The output of new technologies, differences in current medical practice, and the collaborative nature of genetics research differ from the past. For example, where previous technology yielded results in response to suggestive symptoms, the output from microarray testing and exome sequencing often yields disturbing findings, including false-positives, ambiguous results, and variants of unknown significance. Identification of unnamed and unknown disorders would be expected to create compelling anxieties and uncertainties, both for the medical provider as well as the family. In addition, output from genome and exome sequencing often includes unanticipated positive results not relevant to presenting symptoms. Unexpectedly, parental genetic or medical conditions may be revealed. This information overload may prove difficult for the physician, who must decide what to disclose to the family, how, and when, causing both physician and family to grapple with these complexities. In the past, the pediatric specialist ordered the test and disseminated results; currently diverse medical providers request these tests and there is little control or knowledge of how results are communicated to the family.

Currently, the role of genetics is far more recognized in our society, which may lead to decreased feelings of stigmatization. On the other hand, popular understanding of genetics is often misguided or incorrect. The availability of genetic information on the Internet may be problematic in that it frequently contains misleading information, causing needless concern. Further, the dedicated sole researcher of prior generations has been replaced by a trend toward more team efforts; this may offer some emotional protection to the physician but may interfere with the strong physician–family bond that helped families.
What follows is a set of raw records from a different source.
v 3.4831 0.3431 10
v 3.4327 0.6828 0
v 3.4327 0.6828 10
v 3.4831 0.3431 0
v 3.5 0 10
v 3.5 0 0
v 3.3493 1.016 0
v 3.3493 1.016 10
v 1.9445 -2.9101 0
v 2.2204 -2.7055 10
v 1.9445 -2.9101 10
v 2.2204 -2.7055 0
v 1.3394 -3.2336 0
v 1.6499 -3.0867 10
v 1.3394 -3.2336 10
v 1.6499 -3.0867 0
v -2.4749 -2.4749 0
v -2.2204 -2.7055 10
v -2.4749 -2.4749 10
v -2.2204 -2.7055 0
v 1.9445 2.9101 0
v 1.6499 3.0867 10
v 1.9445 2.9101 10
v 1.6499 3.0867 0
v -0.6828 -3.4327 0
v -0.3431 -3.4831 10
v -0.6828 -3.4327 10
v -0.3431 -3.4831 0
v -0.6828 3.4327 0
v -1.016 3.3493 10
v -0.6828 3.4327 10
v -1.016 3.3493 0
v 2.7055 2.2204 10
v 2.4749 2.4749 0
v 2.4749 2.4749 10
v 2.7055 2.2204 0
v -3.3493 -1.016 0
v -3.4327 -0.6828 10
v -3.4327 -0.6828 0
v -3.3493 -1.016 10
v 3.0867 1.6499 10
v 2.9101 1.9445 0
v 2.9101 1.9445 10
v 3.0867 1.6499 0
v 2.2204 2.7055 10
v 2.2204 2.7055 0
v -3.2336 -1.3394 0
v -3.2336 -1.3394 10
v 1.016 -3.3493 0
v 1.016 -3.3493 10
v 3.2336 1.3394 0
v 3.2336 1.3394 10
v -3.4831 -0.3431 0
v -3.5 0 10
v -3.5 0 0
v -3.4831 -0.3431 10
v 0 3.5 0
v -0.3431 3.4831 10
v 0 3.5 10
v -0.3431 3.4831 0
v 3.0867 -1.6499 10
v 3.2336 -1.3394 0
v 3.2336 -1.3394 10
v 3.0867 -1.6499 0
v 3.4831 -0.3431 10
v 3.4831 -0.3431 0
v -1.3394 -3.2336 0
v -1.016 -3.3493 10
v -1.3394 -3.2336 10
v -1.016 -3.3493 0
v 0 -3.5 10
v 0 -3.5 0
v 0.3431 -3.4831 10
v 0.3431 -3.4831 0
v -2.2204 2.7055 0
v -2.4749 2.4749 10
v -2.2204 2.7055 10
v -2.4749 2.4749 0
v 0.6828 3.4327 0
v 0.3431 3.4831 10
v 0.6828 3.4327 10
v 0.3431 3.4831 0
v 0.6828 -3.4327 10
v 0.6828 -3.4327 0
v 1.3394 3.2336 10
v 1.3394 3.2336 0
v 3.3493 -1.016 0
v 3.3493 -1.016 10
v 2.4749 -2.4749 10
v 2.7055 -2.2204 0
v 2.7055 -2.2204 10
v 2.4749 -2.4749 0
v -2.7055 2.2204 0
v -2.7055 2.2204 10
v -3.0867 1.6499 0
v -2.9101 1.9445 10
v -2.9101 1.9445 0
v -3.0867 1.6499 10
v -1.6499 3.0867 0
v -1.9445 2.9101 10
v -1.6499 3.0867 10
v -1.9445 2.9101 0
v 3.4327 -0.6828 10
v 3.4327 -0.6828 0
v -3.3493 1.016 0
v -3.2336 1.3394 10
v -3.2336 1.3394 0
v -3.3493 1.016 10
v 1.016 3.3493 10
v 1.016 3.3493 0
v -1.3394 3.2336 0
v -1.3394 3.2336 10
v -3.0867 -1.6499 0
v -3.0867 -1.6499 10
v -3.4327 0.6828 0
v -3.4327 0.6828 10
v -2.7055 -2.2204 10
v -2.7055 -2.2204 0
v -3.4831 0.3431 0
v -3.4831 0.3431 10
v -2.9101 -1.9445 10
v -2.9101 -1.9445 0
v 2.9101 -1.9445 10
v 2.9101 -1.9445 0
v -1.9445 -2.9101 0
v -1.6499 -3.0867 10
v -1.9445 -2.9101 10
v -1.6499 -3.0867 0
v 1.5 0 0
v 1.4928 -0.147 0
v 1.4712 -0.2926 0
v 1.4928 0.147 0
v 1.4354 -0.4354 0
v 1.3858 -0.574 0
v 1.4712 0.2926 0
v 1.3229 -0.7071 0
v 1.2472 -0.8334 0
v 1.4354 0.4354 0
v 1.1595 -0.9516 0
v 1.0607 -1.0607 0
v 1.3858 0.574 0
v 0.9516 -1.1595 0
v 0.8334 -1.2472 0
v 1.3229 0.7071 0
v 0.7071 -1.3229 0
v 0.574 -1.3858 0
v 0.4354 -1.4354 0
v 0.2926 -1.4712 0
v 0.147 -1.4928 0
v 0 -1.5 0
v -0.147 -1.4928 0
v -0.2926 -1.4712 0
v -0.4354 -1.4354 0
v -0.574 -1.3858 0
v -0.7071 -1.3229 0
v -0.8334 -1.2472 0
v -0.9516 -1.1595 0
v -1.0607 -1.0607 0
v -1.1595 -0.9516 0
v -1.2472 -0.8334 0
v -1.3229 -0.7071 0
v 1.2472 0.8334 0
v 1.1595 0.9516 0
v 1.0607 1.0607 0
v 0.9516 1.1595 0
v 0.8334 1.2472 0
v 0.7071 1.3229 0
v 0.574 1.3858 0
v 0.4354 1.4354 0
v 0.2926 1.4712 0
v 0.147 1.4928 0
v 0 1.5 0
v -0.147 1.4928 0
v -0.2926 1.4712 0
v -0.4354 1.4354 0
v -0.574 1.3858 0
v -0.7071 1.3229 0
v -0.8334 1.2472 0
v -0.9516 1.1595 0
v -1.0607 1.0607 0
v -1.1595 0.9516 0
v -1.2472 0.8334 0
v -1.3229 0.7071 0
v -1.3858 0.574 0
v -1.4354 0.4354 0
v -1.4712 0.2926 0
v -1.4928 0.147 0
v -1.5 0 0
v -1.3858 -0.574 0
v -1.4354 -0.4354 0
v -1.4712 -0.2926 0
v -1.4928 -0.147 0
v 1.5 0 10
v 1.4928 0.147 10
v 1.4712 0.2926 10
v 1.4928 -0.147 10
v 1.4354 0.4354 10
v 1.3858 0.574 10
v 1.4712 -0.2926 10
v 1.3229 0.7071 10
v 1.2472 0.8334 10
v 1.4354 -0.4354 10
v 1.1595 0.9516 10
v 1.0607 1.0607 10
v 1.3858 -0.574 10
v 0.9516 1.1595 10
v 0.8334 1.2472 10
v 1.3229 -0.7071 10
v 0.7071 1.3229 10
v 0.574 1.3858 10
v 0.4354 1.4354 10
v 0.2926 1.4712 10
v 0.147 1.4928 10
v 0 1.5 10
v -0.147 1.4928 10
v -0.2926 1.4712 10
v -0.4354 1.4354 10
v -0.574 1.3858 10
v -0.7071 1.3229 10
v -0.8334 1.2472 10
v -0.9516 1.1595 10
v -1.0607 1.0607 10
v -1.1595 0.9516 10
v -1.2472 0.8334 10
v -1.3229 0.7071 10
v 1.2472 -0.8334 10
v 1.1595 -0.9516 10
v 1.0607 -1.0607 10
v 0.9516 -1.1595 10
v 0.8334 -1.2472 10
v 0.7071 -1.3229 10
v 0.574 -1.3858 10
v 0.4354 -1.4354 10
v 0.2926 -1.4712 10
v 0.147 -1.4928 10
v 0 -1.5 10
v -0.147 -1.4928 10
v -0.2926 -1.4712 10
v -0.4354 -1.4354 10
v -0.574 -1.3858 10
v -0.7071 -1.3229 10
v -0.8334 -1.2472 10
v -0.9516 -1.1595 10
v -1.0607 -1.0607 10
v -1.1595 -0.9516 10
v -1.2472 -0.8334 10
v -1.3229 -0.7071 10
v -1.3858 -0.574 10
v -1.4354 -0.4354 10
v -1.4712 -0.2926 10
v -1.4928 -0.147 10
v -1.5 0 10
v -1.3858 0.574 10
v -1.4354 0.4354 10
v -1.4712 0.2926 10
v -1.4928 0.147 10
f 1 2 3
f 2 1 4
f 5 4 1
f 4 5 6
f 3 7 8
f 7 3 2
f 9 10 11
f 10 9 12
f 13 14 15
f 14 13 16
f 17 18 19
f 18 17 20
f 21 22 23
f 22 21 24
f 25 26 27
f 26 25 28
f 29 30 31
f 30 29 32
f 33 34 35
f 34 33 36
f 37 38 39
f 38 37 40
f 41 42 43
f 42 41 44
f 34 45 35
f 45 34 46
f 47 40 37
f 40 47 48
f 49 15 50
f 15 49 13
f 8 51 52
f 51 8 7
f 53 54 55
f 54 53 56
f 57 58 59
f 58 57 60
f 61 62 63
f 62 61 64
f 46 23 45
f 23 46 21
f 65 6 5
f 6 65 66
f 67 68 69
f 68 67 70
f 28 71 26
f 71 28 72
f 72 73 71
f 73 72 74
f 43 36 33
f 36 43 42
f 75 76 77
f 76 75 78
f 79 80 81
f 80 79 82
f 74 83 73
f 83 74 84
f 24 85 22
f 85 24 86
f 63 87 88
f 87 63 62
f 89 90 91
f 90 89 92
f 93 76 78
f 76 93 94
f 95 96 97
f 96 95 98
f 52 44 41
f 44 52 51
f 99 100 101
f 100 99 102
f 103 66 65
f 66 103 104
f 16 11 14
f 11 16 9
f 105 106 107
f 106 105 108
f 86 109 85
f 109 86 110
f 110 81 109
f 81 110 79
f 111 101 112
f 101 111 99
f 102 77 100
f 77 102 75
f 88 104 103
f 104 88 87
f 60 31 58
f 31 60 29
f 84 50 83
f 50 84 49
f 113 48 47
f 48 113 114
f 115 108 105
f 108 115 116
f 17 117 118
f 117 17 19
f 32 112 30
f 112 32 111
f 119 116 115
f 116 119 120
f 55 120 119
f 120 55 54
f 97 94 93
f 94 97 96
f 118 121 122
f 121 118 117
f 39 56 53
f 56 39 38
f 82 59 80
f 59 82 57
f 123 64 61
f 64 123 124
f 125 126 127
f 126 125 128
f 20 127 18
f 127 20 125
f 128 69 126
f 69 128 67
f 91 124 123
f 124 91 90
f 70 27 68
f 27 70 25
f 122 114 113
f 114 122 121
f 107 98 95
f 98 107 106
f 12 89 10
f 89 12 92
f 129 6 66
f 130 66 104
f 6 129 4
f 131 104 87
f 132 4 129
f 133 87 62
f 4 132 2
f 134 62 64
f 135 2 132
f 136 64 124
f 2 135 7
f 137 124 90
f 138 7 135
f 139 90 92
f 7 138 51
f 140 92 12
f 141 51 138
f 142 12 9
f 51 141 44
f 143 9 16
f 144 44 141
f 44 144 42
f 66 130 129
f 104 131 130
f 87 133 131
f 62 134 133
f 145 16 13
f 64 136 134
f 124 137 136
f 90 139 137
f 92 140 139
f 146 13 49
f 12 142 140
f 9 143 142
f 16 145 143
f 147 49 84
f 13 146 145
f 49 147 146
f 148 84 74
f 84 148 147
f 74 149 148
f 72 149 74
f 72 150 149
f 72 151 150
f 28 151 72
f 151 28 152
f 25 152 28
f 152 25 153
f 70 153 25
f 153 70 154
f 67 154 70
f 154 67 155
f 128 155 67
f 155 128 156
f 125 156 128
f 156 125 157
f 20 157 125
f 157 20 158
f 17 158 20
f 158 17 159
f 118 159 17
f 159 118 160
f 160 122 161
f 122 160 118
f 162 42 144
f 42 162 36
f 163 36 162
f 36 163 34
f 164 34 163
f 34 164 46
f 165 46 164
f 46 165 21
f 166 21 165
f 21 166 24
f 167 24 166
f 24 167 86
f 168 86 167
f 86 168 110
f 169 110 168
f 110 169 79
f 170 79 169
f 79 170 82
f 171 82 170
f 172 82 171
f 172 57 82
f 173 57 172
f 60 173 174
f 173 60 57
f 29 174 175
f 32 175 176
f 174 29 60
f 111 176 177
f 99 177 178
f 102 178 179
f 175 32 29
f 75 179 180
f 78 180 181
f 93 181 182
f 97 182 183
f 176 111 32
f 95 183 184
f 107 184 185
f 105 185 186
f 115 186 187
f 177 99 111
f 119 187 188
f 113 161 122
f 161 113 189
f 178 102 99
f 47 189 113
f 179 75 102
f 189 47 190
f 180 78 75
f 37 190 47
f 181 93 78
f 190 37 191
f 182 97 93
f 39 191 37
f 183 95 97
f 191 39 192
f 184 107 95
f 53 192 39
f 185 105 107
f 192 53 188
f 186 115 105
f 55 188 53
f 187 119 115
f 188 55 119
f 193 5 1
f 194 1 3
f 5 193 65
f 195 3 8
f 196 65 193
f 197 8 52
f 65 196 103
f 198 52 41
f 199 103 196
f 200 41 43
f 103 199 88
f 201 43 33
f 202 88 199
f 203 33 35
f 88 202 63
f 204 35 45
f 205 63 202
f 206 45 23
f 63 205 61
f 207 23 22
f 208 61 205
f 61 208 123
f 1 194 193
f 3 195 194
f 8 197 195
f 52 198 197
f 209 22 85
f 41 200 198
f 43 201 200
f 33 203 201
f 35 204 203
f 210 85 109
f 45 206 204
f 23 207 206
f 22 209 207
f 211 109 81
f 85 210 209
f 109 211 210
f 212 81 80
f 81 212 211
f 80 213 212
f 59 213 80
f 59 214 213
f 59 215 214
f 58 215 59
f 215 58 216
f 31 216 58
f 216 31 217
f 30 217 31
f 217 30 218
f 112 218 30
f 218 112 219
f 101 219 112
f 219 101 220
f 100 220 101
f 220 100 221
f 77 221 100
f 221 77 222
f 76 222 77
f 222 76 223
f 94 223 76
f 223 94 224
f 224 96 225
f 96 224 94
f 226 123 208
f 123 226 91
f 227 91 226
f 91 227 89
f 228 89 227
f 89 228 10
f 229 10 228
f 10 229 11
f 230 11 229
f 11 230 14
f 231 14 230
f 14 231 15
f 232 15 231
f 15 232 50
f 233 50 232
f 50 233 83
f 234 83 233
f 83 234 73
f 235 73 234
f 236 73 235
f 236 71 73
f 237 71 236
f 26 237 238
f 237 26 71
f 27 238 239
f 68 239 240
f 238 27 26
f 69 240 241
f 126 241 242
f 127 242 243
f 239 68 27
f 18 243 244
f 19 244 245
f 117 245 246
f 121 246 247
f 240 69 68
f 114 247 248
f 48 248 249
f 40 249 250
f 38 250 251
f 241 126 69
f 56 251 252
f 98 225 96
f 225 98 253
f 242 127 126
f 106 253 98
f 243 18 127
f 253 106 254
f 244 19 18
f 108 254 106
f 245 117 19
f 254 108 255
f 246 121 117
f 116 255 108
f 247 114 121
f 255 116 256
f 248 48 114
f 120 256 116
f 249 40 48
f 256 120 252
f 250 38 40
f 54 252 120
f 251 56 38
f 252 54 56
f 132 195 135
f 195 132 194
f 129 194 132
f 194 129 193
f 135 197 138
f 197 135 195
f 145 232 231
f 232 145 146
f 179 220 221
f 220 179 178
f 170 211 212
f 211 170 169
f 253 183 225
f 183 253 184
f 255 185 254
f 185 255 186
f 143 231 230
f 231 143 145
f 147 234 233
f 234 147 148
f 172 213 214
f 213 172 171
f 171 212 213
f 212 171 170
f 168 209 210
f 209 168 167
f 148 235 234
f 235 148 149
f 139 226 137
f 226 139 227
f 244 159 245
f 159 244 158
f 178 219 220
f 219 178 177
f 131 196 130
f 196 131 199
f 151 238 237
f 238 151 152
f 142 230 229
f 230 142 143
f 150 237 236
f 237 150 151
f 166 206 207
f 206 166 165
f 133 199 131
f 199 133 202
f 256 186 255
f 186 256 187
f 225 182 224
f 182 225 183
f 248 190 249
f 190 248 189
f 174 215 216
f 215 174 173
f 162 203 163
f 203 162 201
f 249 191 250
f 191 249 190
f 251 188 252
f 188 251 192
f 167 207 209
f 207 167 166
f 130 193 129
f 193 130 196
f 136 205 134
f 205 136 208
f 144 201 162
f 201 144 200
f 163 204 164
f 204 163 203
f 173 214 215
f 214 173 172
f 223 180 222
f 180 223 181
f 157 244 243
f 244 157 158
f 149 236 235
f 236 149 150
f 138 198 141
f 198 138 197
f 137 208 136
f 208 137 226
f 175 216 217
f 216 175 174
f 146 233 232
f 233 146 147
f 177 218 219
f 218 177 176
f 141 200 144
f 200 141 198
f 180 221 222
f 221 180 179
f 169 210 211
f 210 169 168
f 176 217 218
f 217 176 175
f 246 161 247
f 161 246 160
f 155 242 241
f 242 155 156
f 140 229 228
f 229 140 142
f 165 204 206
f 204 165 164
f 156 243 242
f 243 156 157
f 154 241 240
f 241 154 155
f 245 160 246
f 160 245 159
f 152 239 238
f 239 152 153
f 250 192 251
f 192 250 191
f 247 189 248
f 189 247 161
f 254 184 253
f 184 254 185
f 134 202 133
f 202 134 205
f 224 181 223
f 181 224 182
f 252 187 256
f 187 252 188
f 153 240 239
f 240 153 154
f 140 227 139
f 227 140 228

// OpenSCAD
module linear_bearing() {
    difference() {
        // Outer cylinder
        cylinder(h=10.0, d=7.0, $fn=64);
        // Inner bore
        translate([0, 0, -1]) // Ensure the bore goes through completely
        cylinder(h=12.0, d=3.0, $fn=64);
    }
}

linear_bearing();
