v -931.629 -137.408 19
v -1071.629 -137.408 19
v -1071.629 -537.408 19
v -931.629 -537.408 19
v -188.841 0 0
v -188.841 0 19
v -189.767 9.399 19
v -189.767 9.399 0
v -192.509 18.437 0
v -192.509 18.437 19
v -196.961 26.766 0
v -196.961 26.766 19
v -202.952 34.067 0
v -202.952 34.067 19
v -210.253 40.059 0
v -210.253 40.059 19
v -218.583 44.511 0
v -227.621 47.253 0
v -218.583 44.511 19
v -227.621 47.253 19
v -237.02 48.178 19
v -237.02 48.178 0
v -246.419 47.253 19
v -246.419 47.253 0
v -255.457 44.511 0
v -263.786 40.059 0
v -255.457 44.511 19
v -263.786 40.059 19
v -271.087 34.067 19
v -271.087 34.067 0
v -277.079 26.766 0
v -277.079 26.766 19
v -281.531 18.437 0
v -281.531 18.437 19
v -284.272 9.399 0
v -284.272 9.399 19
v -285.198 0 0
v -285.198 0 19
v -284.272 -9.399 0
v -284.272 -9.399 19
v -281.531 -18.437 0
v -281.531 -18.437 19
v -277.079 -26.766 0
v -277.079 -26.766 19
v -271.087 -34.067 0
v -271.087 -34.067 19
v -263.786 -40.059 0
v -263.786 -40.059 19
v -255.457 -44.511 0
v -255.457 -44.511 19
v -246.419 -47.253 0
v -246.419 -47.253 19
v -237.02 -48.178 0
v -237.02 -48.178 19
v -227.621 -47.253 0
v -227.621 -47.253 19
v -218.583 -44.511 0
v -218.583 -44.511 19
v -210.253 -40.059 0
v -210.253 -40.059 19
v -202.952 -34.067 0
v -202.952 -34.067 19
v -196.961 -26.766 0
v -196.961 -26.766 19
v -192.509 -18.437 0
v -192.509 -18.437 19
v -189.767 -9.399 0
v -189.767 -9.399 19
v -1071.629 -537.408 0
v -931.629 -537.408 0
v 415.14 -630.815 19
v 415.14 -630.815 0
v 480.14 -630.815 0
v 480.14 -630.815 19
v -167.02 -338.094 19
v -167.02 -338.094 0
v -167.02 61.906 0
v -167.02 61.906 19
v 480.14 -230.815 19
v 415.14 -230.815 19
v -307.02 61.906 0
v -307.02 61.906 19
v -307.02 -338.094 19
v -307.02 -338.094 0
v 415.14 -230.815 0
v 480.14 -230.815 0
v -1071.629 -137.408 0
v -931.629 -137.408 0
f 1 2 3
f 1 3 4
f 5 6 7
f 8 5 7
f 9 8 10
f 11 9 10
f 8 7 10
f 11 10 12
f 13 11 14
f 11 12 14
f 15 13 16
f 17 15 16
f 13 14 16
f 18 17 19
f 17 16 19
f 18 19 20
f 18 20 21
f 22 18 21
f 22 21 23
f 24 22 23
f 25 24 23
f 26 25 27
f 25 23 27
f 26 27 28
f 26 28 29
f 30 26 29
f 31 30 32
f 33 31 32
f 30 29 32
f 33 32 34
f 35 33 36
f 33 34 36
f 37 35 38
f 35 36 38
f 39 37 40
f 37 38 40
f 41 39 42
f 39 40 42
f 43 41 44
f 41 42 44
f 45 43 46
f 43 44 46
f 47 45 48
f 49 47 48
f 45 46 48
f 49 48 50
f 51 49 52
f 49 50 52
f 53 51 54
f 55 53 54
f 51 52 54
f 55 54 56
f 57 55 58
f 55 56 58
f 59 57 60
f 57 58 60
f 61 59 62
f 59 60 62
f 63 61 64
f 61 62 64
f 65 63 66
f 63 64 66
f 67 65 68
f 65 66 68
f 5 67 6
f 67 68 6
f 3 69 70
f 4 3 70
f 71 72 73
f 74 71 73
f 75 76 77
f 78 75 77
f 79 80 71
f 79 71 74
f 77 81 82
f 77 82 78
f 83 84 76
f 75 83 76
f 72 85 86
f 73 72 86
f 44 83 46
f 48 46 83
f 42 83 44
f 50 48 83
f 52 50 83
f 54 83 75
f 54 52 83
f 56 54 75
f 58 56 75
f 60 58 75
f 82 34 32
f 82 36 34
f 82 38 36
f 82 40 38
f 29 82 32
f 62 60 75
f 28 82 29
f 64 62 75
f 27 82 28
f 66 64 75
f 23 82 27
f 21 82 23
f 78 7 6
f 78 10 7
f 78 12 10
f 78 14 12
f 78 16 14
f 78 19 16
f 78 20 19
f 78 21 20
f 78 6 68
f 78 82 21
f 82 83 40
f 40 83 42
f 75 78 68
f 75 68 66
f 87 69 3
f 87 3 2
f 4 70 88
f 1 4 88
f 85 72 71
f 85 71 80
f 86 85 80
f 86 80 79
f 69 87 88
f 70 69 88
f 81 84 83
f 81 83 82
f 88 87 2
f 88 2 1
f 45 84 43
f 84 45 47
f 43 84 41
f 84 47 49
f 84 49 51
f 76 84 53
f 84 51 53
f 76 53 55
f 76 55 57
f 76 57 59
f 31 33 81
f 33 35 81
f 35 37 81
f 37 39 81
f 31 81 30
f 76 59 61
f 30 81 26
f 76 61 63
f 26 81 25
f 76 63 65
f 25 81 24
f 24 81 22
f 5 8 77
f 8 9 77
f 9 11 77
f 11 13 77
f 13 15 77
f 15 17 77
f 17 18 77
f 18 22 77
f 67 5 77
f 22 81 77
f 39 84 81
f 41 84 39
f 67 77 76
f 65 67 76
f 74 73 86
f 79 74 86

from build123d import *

# Parameters (mm, degrees)
F1_W     = 140
F1_H     = 400
F2_DEPTH = 19
F0_W     = 140
F0_H     = 400
F3_DEPTH = 19
F4_W     = 65
F4_H     = 400
F5_DEPTH = 19
F6_R     = 48.178396
F7_DEPTH = 19


with BuildPart() as f2:
    # F1 (on Top) → F2 (new body)
    with BuildSketch(Plane.XY):
        with Locations((-1001.62869, -337.407696)):
            Rectangle(F1_W, F1_H)
    extrude(amount=F2_DEPTH)


with BuildPart() as f3:
    # F0 (on Top) → F3 (new body)
    with BuildSketch(Plane.XY):
        with Locations((-237.019693, -138.093679)):
            Rectangle(F0_W, F0_H)
    extrude(amount=F3_DEPTH)

    # F6 (on face) → F7 (cut)
    with BuildSketch(Plane.XY.offset(19)):
        with Locations((-237.019693, 0)):
            Circle(F6_R)
    extrude(amount=-F7_DEPTH, mode=Mode.SUBTRACT)


with BuildPart() as f5:
    # F4 (on Top) → F5 (new body)
    with BuildSketch(Plane.XY):
        with Locations((447.639887, -430.814659)):
            Rectangle(F4_W, F4_H)
    extrude(amount=F5_DEPTH)


solid = Compound([f2.part, f3.part, f5.part])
Because the application of new genetic technologies differs in important ways from the more limited but straightforward tests of prior generations, these scientific advances raise important research questions for providers and families:

1. 1

   How well do parents and siblings understand microarray, genome, and exome sequencing results?

2. 2

   What are the long-term emotional consequences for parents and siblings of coping with the ambiguities and uncertainty associated with these tests?

3. 3

   How effectively do families identify resources, particularly support from others?

4. 4

   How well do medical providers manage these complex findings and facilitate interconnections between families?

Research on these questions could illuminate how providers should manage transmission of test results to families. Factors that may mitigate adverse outcomes, such as the Internet, connections with others, and provider facilitation of support, should be investigated. Identification of variables affecting risk and promoting resilience will be essential in developing appropriate interventions for families.

Parents in this new generation of “first families” are likely to be at great risk of being overwhelmed and highly distressed with few emotional resources available for each other, their affected child, and their healthy children. Medical providers should be alert to potential challenges and risks and help these families understand increasingly complex test results. As new technologies offer great promise in the detection and diagnosis of disease, we should pay close attention to ensure that a new generation of parents does not struggle alone and that their children do not have to wait for years to share their story.

Disclosure

The author declares no conflict of interest.